The movie was deeply polarizing. Friends of mine have been singing its praises; others think it’s one of the worst films to ever play the Florida Film Festival. I’m not a fan; perhaps I prefer my documentaries to be more traditional and am not ready for this kind of challenge. I would be remiss in my duties as a reviewer however if I didn’t point out that this really isn’t for everybody; some of the scenes (such as amateur rat catchers luring rats from a garbage-strewn alleyway with turkey slices smeared with peanut butter on a fishhook and then beating them to death with a baseball bat, and the final scene in which a snake devours a helpless baby rat) may make sensitive audience members uncomfortable, and the sensory assault of the computer graphics may also do the same.

I would never tell anyone not to go see a movie, even one that I absolutely loathed. I don’t absolutely loathe this one. The exterminator is an interesting character study and there are moments here and there that I found fascinating. While the linking of rats to urban blight and racism felt more obvious than perhaps was intended, the filmmaker shows a certain sympathy towards the rats. I only wish he’d had a little more for his audience.

REASONS TO GO: The city exterminator is an interesting guy and his story is the most compelling.
REASONS TO STAY: The movie has absolutely no flow; it’s a bunch of images thrown up on the screen without any sort of rhyme or reason. There is a popping sound on the soundtrack that was most annoying.
FAMILY VALUES: There is some profanity present as well as scenes that may make animal lovers a bit uncomfortable..
TRIVIAL PURSUIT: The music is composed by electronic music star Dan Deacon.
CRITICAL MASS: As of 4/28/17: Rotten Tomatoes: 100% positive reviews. Metacritic: No score yet.
COMPARISON SHOPPING: Sans Soleil
FINAL RATING: 3/10
NEXT: The Archer

Circus Kid


Where do kids who already live in the circus run away to?

(2016) Documentary (Points West) Larry Pisoni, Bill Irwin, Peggy Snider, Lorenzo Pisoni, Harvey Robb, Geoff Hoyle, Terry Lorant, Paul Binder, Hovey Burgess, Gypsy Snider, Jess Pisoni. Directed by Lorenzo Pisoni

Being in a circus, to a kid, would seem to be the most wonderful thing ever. Traveling from city to city, performing in front of adoring crowds and all those wonderful animals! Oh my, what kid of my generation would not want to join the circus?

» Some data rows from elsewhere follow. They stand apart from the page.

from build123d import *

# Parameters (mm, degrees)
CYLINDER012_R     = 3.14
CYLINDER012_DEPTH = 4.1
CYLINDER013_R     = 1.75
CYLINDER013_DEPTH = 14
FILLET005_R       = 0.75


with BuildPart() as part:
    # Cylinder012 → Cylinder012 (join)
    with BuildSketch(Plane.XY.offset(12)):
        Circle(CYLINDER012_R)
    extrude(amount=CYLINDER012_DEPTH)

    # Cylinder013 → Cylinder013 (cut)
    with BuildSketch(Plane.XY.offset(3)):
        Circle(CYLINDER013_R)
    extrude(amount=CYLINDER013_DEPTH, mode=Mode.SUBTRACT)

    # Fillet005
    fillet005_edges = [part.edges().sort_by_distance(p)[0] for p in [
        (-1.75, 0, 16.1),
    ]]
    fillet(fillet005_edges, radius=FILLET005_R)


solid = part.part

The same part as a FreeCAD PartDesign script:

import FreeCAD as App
import Part
import Sketcher

V = App.Vector
Q = App.Units.Quantity


def edges_at(feature, points):
    """Names of the edges that pass closest to the given points."""
    edges = feature.Shape.Edges
    near = lambda p: min(range(len(edges)), key=lambda i: edges[i].distToShape(Part.Vertex(*p))[0])
    return sorted({f"Edge{near(p) + 1}" for p in points})

doc = App.newDocument("Part")
body = doc.addObject("PartDesign::Body", "Body")

# Sketch on XY plane
sketch1 = body.newObject("Sketcher::SketchObject", "Sketch")
sketch1.AttachmentSupport = (doc.getObject("XY_Plane"), [""])
sketch1.MapMode = "FlatFace"
sketch1.AttachmentOffset = App.Placement(V(0, 0, 12), App.Rotation())
sketch1.addGeometry(Part.Circle(V(0, 0, 0), V(0, 0, 1), 3.14), False)
sketch1.addConstraint([
    Sketcher.Constraint("Coincident", 0, 3, -1, 1),
    Sketcher.Constraint("Diameter", 0, Q("6.28 mm")),
])
pad1 = body.newObject("PartDesign::Pad", "Pad")
pad1.Profile = sketch1
pad1.Length = 4.1

# Sketch on XY plane
sketch2 = body.newObject("Sketcher::SketchObject", "Sketch001")
sketch2.AttachmentSupport = (doc.getObject("XY_Plane"), [""])
sketch2.MapMode = "FlatFace"
sketch2.AttachmentOffset = App.Placement(V(0, 0, 3), App.Rotation())
sketch2.addGeometry(Part.Circle(V(0, 0, 0), V(0, 0, 1), 1.75), False)
sketch2.addConstraint([
    Sketcher.Constraint("Coincident", 0, 3, -1, 1),
    Sketcher.Constraint("Diameter", 0, Q("3.5 mm")),
])
pocket1 = body.newObject("PartDesign::Pocket", "Pocket")
pocket1.Profile = sketch2
pocket1.Length = 14
pocket1.Reversed = True
doc.recompute()

fillet = body.newObject("PartDesign::Fillet", "Fillet")
fillet.Base = (pocket1, edges_at(pocket1, [(-1.75, 0, 16.1)]))
fillet.Radius = 0.75

doc.recompute()
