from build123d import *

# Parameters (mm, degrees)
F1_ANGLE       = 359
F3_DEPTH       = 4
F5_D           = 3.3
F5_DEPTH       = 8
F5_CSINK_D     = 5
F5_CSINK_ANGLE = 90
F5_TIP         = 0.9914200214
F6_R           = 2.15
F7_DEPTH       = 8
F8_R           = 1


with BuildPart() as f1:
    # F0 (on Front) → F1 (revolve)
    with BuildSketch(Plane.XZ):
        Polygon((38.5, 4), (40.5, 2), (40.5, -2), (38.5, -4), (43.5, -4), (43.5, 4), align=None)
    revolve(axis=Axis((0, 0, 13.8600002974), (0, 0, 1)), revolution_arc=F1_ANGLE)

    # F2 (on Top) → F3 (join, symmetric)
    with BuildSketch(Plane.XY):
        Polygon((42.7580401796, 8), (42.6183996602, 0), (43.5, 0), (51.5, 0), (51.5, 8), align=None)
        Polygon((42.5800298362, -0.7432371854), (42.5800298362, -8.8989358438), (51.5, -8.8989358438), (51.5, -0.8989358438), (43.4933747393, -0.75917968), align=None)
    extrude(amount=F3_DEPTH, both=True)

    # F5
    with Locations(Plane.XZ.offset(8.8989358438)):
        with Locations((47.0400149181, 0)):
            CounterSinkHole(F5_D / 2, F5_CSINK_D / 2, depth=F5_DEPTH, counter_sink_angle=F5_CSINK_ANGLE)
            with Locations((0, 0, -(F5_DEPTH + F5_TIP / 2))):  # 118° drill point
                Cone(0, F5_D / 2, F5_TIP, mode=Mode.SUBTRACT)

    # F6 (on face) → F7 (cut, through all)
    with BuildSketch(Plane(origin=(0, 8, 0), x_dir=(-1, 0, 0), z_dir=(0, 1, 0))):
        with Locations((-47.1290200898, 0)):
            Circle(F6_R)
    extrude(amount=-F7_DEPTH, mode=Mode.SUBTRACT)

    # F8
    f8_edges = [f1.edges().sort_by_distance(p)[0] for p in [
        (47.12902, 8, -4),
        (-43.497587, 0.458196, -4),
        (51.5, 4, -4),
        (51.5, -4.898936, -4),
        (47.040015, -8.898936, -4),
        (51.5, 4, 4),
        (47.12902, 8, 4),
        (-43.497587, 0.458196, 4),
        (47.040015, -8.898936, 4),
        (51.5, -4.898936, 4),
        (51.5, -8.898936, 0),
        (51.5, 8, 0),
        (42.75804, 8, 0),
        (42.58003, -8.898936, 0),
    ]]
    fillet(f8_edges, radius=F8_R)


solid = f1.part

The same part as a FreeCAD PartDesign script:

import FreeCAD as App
import Part
import Sketcher
Q = App.Units.Quantity


def edges_at(feature, points):
    """Names of the edges that pass closest to the given points."""
    edges = feature.Shape.Edges
    near = lambda p: min(range(len(edges)), key=lambda i: edges[i].distToShape(Part.Vertex(*p))[0])
    return sorted({f"Edge{near(p) + 1}" for p in points})

doc = App.newDocument("Part")
body = doc.addObject("PartDesign::Body", "Body")

sketch1 = body.newObject("Sketcher::SketchObject", "Sketch")
sketch1.AttachmentSupport = (doc.getObject("XZ_Plane"), [""])
sketch1.MapMode = "FlatFace"
sketch1.addGeometry([
    Part.LineSegment(App.Vector(38.5, 4, 0), App.Vector(40.5, 2, 0)),
    Part.LineSegment(App.Vector(40.5, 2, 0), App.Vector(40.5, -2, 0)),
    Part.LineSegment(App.Vector(40.5, -2, 0), App.Vector(38.5, -4, 0)),
    Part.LineSegment(App.Vector(38.5, -4, 0), App.Vector(43.5, -4, 0)),
    Part.LineSegment(App.Vector(43.5, -4, 0), App.Vector(43.5, 4, 0)),
    Part.LineSegment(App.Vector(43.5, 4, 0), App.Vector(38.5, 4, 0)),
], False)
sketch1.addConstraint([
    Sketcher.Constraint("Coincident", 0, 2, 1, 1),
    Sketcher.Constraint("Coincident", 1, 2, 2, 1),
    Sketcher.Constraint("Coincident", 2, 2, 3, 1),
    Sketcher.Constraint("Coincident", 3, 2, 4, 1),
    Sketcher.Constraint("Coincident", 4, 2, 5, 1),
    Sketcher.Constraint("Coincident", 5, 2, 0, 1),
    Sketcher.Constraint("Vertical", 1),
    Sketcher.Constraint("Horizontal", 3),
    Sketcher.Constraint("Vertical", 4),
    Sketcher.Constraint("Horizontal", 5),
    Sketcher.Constraint("Symmetric", 2, 2, 5, 2, -1),
    Sketcher.Constraint("Perpendicular", 0, 2),
    Sketcher.Constraint("Equal", 0, 2),
    Sketcher.Constraint("DistanceX", 3, 1, 3, 2, 5.0),
    Sketcher.Constraint("DistanceY", 1, 2, 1, 1, 4.0),
    Sketcher.Constraint("DistanceY", 4, 1, 4, 2, 8.0),
    Sketcher.Constraint("DistanceX", -1, 1, 0, 2, 40.5),
])
revolution = body.newObject("PartDesign::Revolution", "Revolution")
revolution.Profile = sketch1
revolution.ReferenceAxis = (sketch1, ["V_Axis"])
revolution.Angle = 359

sketch2 = body.newObject("Sketcher::SketchObject", "Sketch001")
sketch2.AttachmentSupport = (doc.getObject("XY_Plane"), [""])
sketch2.MapMode = "FlatFace"
sketch2.addGeometry([
    Part.LineSegment(App.Vector(42.75804, 8, 0), App.Vector(42.6184, 0, 0)),
    Part.LineSegment(App.Vector(42.6184, 0, 0), App.Vector(51.5, 0, 0)),
    Part.LineSegment(App.Vector(51.5, 0, 0), App.Vector(51.5, 8, 0)),
    Part.LineSegment(App.Vector(51.5, 8, 0), App.Vector(42.75804, 8, 0)),
    Part.LineSegment(App.Vector(42.58003, -0.743237, 0), App.Vector(42.58003, -8.898936, 0)),
    Part.LineSegment(App.Vector(42.58003, -8.898936, 0), App.Vector(51.5, -8.898936, 0)),
    Part.LineSegment(App.Vector(51.5, -8.898936, 0), App.Vector(51.5, -0.898936, 0)),
    Part.LineSegment(App.Vector(51.5, -0.898936, 0), App.Vector(43.493375, -0.75918, 0)),
    Part.LineSegment(App.Vector(43.493375, -0.75918, 0), App.Vector(42.58003, -0.743237, 0)),
], False)
sketch2.addConstraint([
    Sketcher.Constraint("Coincident", 0, 2, 1, 1),
    Sketcher.Constraint("Coincident", 1, 2, 2, 1),
    Sketcher.Constraint("Coincident", 2, 2, 3, 1),
    Sketcher.Constraint("Coincident", 3, 2, 0, 1),
    Sketcher.Constraint("Coincident", 4, 2, 5, 1),
    Sketcher.Constraint("Coincident", 5, 2, 6, 1),
    Sketcher.Constraint("Coincident", 6, 2, 7, 1),
    Sketcher.Constraint("Coincident", 7, 2, 8, 1),
    Sketcher.Constraint("Coincident", 8, 2, 4, 1),
    Sketcher.Constraint("Horizontal", 1),
    Sketcher.Constraint("Vertical", 2),
    Sketcher.Constraint("Horizontal", 3),
    Sketcher.Constraint("Vertical", 4),
    Sketcher.Constraint("Horizontal", 5),
    Sketcher.Constraint("Vertical", 6),
    Sketcher.Constraint("PointOnObject", 0, 2, -1),
    Sketcher.Constraint("Perpendicular", 0, 7),
    Sketcher.Constraint("Parallel", 7, 8),
    Sketcher.Constraint("Vertical", 2, 2, 5, 2),
    Sketcher.Constraint("Equal", 2, 6),
    Sketcher.Constraint("DistanceY", 2, 1, 2, 2, 8.0),
    Sketcher.Constraint("Angle", 0, Q("-91 deg")),
    Sketcher.Constraint("DistanceX", -1, 1, 1, 2, 51.5),
    Sketcher.Constraint("DistanceX", 1, 1, 1, 2, 8.8816),
    Sketcher.Constraint("DistanceY", 4, 2, 4, 1, 8.155699),
    Sketcher.Constraint("DistanceY", 7, 2, -1, 1, 0.75918),
    Sketcher.Constraint("Distance", 7, 8.007845),
])
pad1 = body.newObject("PartDesign::Pad", "Pad")
pad1.Profile = sketch2
pad1.Length = 8
pad1.Midplane = True

sketch3 = body.newObject("Sketcher::SketchObject", "Sketch002")
sketch3.AttachmentSupport = (doc.getObject("XZ_Plane"), [""])
sketch3.MapMode = "FlatFace"
sketch3.AttachmentOffset = App.Placement(App.Vector(0, 0, 8.898936), App.Rotation())
sketch3.addGeometry(Part.Circle(App.Vector(47.040015, 0, 0), App.Vector(0, 0, 1), 1.65), False)
sketch3.addConstraint([
    Sketcher.Constraint("PointOnObject", 0, 3, -1),
    Sketcher.Constraint("Diameter", 0, 3.3),
    Sketcher.Constraint("DistanceX", -1, 1, 0, 3, 47.040015),
])
doc.recompute()
hole = body.newObject("PartDesign::Hole", "Hole")
hole.Profile = sketch3
hole.ThreadType = "None"
hole.Diameter = 3.3
hole.DepthType = "Dimension"
hole.Depth = 8
hole.DrillPoint = "Angled"
hole.DrillPointAngle = 118
hole.HoleCutType = "Countersink"
hole.HoleCutDiameter = 5
hole.HoleCutCountersinkAngle = 90

sketch4 = body.newObject("Sketcher::SketchObject", "Sketch003")
sketch4.AttachmentSupport = (doc.getObject("XZ_Plane"), [""])
sketch4.MapMode = "FlatFace"
sketch4.AttachmentOffset = App.Placement(App.Vector(0, 0, -8), App.Rotation())
sketch4.addGeometry(Part.Circle(App.Vector(47.12902, 0, 0), App.Vector(0, 0, 1), 2.15), False)
sketch4.addConstraint([
    Sketcher.Constraint("PointOnObject", 0, 3, -1),
    Sketcher.Constraint("Diameter", 0, 4.3),
    Sketcher.Constraint("DistanceX", -1, 1, 0, 3, 47.12902),
])
pocket1 = body.newObject("PartDesign::Pocket", "Pocket")
pocket1.Profile = sketch4
pocket1.Length = 8
pocket1.Reversed = True
doc.recompute()

fillet = body.newObject("PartDesign::Fillet", "Fillet")
fillet.Base = (pocket1, edges_at(pocket1, [
    (47.129, 8, -4),
    (-43.498, 0.458, -4),
    (51.5, 4, -4),
    (51.5, -4.899, -4),
    (47.04, -8.899, -4),
    (51.5, 4, 4),
    (47.129, 8, 4),
    (-43.498, 0.458, 4),
    (47.04, -8.899, 4),
    (51.5, -4.899, 4),
    (51.5, -8.899, 0),
    (51.5, 8, 0),
    (42.758, 8, 0),
    (42.58, -8.899, 0),
]))
fillet.Radius = 1

doc.recompute()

Well, Lorenzo Pisoni did just that but not the way you’d think. His father Larry and his mother Peggy Snider were co-founders of the Pickle Family Circus in 1974 in San Francisco. The Pickles were at the forefront of the New American Circus movement, one which eschewed animal acts and while they did use traditional circus performers like clowns, jugglers, high wire acts, tumblers and did I mention clowns? Larry was the head clown and his act made the world take notice.

As a 2-year-old boy Lorenzo wandered out onto the center of the ring and performed his own clown act. Soon he was partnering with his dad who became not just his parent but his coach, mentor and of course onstage partner. Although Lorenzo got his share of home schooling, he had little contact with other kids his age. He was too busy performing and practicing when he wasn’t performing. It speaks volumes that Lorenzo signed a contract as a performer as a seven-year-old, locking him into the life of the circus.

His father also developed a drinking problem, one that got him pushed out of the circus he founded. That forced a change in the life Lorenzo had already known. While Peggy was now staying in San Francisco looking after the financial affairs of the circus, Lorenzo as an 11-year-old boy was traveling with the show without either one of his parents now that his father was out of the picture, although he did have a legal guardian with him.

Years later, Lorenzo would create a one-man show detailing his childhood in an off-Broadway production called Humor Abuse – snippets of it are shown paralleling events being discussed in the film which Lorenzo directs. At first it’s essentially a story of the Pickle Family Circus but eventually it becomes the story of a boy’s relationship with his dad, how it became toxic and how the two reconciled. The latter part is the more interesting element of the two, although the circus history and backstage peeks are also fascinating in their own right.

Bill Irwin was probably the most famous graduate of the Pickle Family Circus, with Geoff Hoyle a close second. Both appear here to talk about their time as part of the Pickles and Irwin gets fairly emotional about it. For those wondering, the group has changed quite a bit over the years – they have incorporated Chinese acrobatics into the show and still do weekend shows in the San Francisco Bay Area three months a year.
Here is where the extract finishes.